All FDIC-insured institutions must be audited each year by an independent public accountant (IPA) who is licensed to practice and in good standing under state law. To ensure the accountant’s reliability and adherence to good accounting and auditing practices, IPAs must be peer-reviewed each year in a manner consistent with the standards of the American
Institute of Certified Public Accountants.
IPAs must audit and report on the bank’s internal controls on financial reporting directly to the bank’s board of directors. Federal bank regulators prohibit banks from limiting an IPA’s legal liability for their audits and require that the IPA’s audit work papers, policies and procedures be made available to the bank’s examiners upon request.
How is my bank examined for compliance with banking laws and regulations?
Federal and state banking regulators routinely examine trust departments for compliance with laws and regulations, as well as the bank’s management of various risks. These thorough onsite examinations occur at least every eighteen months. Some institutions have regulators within the bank’s premises throughout the year to examine fiduciary activities continuously.
During an examination, examiners do not simply rely on documentation provided by the institution to determine compliance with banking laws. Examiners sample and test various operations to ensure that important transactions may be properly completed and that the record-keeping function is accurate. In addition, examiners review and test the bank’s internal controls on custodial and investment management activities, conflicts of interest, recordkeeping of securities transactions, and management information systems.
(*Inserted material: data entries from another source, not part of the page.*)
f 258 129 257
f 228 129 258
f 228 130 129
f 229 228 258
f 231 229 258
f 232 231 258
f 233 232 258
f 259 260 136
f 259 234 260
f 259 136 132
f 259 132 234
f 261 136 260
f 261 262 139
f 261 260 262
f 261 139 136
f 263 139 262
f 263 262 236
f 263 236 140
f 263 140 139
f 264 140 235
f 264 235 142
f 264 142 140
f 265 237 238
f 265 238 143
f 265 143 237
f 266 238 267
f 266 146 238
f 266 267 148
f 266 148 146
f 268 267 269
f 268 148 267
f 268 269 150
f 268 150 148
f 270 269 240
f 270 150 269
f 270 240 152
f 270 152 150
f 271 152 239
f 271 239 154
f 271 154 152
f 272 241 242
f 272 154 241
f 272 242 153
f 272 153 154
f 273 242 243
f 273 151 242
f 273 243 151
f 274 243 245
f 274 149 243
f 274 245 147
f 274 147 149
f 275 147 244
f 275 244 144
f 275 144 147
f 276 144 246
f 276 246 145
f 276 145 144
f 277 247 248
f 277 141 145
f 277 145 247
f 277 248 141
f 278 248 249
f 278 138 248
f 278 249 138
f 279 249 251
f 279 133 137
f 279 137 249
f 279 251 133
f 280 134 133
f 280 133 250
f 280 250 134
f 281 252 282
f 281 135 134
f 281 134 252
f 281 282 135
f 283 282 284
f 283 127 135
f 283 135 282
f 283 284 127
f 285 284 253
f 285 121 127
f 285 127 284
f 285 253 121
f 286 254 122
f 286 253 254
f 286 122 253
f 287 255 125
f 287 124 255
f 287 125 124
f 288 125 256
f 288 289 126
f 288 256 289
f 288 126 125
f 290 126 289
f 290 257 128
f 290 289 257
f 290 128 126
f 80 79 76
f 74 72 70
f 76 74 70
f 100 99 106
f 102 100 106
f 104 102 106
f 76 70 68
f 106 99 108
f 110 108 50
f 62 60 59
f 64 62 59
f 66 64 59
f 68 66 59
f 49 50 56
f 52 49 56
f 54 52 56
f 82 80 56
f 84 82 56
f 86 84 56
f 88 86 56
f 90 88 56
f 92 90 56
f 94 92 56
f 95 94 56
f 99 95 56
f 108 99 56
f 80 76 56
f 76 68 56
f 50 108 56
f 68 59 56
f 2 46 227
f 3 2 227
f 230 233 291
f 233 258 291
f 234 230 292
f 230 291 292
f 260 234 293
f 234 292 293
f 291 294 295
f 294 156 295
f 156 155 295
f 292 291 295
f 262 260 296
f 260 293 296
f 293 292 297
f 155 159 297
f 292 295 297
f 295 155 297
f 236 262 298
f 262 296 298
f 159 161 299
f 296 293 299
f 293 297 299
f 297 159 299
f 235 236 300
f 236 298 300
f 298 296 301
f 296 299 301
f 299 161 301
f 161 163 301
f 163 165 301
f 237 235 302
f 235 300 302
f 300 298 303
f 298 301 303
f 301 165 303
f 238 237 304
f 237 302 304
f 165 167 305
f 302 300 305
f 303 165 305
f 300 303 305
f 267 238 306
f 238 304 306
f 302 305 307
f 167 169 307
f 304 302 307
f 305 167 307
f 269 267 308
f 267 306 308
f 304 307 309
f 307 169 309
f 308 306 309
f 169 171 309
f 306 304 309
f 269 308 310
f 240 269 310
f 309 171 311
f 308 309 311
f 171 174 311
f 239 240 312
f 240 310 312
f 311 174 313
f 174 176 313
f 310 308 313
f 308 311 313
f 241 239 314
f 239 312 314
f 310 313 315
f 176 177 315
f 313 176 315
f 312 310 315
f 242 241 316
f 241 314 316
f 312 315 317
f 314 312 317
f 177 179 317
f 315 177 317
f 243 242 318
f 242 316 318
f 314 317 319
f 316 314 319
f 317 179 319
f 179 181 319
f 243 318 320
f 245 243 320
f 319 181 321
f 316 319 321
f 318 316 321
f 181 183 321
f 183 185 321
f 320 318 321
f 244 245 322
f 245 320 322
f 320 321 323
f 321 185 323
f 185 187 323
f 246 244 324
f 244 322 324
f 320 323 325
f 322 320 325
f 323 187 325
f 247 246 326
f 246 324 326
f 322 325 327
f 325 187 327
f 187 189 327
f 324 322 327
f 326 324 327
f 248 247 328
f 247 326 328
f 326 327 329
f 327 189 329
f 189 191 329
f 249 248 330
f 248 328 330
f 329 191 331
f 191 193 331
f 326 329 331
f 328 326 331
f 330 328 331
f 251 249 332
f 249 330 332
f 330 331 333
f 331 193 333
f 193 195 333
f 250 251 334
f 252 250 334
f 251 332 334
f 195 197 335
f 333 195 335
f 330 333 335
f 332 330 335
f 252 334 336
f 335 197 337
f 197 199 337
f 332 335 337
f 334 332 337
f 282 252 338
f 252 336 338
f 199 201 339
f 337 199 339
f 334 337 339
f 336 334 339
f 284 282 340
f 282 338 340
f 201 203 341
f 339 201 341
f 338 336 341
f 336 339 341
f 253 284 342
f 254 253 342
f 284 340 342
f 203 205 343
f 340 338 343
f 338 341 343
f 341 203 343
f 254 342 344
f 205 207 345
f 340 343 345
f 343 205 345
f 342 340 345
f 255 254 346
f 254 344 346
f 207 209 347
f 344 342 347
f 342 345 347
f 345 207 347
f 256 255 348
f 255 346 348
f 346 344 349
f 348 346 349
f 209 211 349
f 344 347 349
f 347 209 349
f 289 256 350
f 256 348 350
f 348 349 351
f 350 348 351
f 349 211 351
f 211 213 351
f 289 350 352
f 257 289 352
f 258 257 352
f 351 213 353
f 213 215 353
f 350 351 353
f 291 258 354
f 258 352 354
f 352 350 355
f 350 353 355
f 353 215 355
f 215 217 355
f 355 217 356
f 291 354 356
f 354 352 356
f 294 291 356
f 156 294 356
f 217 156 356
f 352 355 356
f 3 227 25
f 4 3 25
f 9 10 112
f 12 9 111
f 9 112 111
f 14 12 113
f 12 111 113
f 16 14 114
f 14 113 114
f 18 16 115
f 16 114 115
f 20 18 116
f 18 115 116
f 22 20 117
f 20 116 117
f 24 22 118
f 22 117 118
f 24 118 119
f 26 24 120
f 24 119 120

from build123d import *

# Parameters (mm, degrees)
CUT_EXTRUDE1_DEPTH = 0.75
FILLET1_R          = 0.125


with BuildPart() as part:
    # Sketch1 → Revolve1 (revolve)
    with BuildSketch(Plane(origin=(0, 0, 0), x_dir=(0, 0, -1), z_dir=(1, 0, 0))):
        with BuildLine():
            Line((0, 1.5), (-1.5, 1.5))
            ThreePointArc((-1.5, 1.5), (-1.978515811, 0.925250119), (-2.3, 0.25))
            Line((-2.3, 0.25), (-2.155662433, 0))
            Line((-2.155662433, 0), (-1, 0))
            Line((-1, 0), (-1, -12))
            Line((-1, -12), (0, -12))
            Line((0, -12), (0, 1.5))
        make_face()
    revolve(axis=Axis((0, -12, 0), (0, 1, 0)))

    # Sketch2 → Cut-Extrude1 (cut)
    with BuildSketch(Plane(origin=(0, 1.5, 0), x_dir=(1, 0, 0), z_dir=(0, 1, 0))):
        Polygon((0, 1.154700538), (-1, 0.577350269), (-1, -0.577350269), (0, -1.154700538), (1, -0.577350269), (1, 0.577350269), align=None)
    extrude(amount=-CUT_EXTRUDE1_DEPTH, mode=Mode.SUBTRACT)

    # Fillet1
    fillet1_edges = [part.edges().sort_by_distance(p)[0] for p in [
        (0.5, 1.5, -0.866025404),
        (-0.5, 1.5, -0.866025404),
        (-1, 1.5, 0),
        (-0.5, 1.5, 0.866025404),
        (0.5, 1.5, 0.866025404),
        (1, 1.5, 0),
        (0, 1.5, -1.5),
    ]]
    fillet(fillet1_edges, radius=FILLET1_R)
The testing of
internal controls allows the examiner to determine whether the bank is able to identify transactional mistakes or fraudulent activity.
Where can I find more information about my bank?
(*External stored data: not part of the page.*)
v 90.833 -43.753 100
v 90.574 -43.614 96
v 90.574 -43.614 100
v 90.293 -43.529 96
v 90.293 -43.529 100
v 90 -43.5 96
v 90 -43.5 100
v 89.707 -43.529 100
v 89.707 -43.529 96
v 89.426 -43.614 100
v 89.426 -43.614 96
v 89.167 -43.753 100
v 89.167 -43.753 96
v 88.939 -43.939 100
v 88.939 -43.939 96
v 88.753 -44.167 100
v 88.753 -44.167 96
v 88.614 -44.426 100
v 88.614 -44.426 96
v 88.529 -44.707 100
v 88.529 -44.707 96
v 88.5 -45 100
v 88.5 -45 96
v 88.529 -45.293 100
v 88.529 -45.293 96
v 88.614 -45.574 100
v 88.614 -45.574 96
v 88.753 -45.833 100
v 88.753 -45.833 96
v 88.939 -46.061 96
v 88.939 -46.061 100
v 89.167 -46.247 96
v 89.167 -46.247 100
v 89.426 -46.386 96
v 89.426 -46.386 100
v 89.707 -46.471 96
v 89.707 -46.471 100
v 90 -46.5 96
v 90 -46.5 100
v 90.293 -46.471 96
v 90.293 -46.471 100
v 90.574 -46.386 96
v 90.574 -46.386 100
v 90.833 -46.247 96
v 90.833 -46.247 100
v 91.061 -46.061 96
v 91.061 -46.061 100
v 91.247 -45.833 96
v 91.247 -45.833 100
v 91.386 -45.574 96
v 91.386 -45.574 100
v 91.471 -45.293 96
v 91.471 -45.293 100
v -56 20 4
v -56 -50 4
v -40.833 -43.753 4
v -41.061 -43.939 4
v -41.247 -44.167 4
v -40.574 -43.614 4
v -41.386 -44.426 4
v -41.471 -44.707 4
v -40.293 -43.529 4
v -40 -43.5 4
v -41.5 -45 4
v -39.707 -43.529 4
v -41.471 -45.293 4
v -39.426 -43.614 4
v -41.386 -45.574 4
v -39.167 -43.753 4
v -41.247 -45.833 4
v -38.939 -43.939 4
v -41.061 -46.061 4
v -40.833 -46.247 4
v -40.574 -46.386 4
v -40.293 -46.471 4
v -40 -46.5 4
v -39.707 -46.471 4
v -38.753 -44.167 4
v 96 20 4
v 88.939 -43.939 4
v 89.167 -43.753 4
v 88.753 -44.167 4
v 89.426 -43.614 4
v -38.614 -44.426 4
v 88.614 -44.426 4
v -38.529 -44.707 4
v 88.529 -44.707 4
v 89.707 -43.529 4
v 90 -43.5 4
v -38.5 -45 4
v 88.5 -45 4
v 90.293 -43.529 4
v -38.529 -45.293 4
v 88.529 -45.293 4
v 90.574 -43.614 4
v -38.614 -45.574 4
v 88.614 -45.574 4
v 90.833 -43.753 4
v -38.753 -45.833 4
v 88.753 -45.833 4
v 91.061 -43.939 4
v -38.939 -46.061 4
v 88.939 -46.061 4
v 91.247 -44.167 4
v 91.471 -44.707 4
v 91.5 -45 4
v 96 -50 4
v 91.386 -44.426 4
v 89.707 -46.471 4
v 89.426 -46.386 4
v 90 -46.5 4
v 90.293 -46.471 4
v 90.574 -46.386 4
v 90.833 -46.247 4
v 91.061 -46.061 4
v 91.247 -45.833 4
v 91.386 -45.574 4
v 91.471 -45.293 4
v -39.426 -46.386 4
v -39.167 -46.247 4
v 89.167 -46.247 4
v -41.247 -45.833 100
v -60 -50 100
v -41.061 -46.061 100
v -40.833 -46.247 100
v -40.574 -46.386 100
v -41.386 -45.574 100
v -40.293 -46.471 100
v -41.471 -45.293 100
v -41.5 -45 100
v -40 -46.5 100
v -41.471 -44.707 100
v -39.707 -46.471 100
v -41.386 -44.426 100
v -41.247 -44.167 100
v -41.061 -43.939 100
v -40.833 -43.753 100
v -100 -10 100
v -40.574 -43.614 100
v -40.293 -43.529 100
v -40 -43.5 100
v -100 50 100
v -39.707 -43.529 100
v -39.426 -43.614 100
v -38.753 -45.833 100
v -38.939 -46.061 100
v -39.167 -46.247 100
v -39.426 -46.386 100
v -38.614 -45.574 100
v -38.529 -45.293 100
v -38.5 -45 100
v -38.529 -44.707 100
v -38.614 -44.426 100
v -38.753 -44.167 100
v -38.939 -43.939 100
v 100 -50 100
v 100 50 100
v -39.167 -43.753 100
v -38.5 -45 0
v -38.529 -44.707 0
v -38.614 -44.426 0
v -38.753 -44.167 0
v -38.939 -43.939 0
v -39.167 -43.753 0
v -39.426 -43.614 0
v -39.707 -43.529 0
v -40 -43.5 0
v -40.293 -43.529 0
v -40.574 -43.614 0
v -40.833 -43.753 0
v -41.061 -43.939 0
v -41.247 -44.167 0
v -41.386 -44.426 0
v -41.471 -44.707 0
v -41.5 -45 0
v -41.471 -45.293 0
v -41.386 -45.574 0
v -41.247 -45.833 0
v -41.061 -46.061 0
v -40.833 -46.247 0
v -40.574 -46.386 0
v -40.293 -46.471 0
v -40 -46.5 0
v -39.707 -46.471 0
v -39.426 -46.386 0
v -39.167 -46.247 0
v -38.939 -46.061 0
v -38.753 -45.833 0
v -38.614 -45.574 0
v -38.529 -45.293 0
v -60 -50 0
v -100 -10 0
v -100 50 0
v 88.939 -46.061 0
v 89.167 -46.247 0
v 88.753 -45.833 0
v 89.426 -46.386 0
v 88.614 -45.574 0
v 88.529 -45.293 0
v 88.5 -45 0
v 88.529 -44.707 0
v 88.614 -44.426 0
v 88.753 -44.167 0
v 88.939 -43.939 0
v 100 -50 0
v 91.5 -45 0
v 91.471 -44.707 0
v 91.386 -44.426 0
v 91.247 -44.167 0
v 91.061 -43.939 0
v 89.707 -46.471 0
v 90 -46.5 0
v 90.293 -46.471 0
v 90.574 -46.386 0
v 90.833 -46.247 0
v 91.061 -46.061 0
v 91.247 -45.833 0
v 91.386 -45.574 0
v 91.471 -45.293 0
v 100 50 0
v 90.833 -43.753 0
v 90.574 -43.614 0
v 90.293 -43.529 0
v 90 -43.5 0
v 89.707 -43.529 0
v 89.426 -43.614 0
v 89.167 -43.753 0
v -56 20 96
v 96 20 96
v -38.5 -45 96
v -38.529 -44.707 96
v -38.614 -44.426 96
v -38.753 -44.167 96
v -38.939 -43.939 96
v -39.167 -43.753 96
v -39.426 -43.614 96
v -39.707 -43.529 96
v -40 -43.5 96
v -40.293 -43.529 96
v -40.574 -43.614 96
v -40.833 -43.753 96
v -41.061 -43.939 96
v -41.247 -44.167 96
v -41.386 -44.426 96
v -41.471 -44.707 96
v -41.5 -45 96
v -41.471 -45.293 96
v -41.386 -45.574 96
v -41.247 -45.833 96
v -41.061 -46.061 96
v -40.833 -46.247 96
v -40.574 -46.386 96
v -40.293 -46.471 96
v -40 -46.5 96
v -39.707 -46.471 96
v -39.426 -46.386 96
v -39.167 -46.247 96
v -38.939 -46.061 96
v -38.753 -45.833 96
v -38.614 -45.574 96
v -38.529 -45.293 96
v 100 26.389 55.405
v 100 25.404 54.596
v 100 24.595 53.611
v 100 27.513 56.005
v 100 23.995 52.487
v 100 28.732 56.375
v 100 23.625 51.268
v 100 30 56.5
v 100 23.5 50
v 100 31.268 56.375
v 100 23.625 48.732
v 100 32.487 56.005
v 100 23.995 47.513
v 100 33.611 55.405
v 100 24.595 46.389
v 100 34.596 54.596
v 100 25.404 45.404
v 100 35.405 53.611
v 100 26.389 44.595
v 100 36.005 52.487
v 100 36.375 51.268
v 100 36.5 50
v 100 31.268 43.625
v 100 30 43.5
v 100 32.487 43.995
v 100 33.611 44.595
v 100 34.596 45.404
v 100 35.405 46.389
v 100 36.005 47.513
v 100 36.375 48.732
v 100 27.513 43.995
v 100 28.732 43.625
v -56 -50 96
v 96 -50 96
All FDIC-insured institutions must disclose extensive financial information in quarterly reports known as Call Reports. These publicly available reports (https://cdr.ffiec.gov/public/) provide timely and accurate data regarding a bank's financial condition and the results of its operations. Bank regulators use the information in the Call Reports to monitor the institutions when not engaged in an on-site examination. The information provided in these reports is extensive and covers everything from the income and expenses of the bank as a whole, to the number of fiduciary accounts and the amount held in those accounts.
Investments are not a deposit or other obligation of, or guaranteed by, the bank, are not FDIC insured, not insured by any Federal government agency, and are subject to investment risks, including possible loss of principal.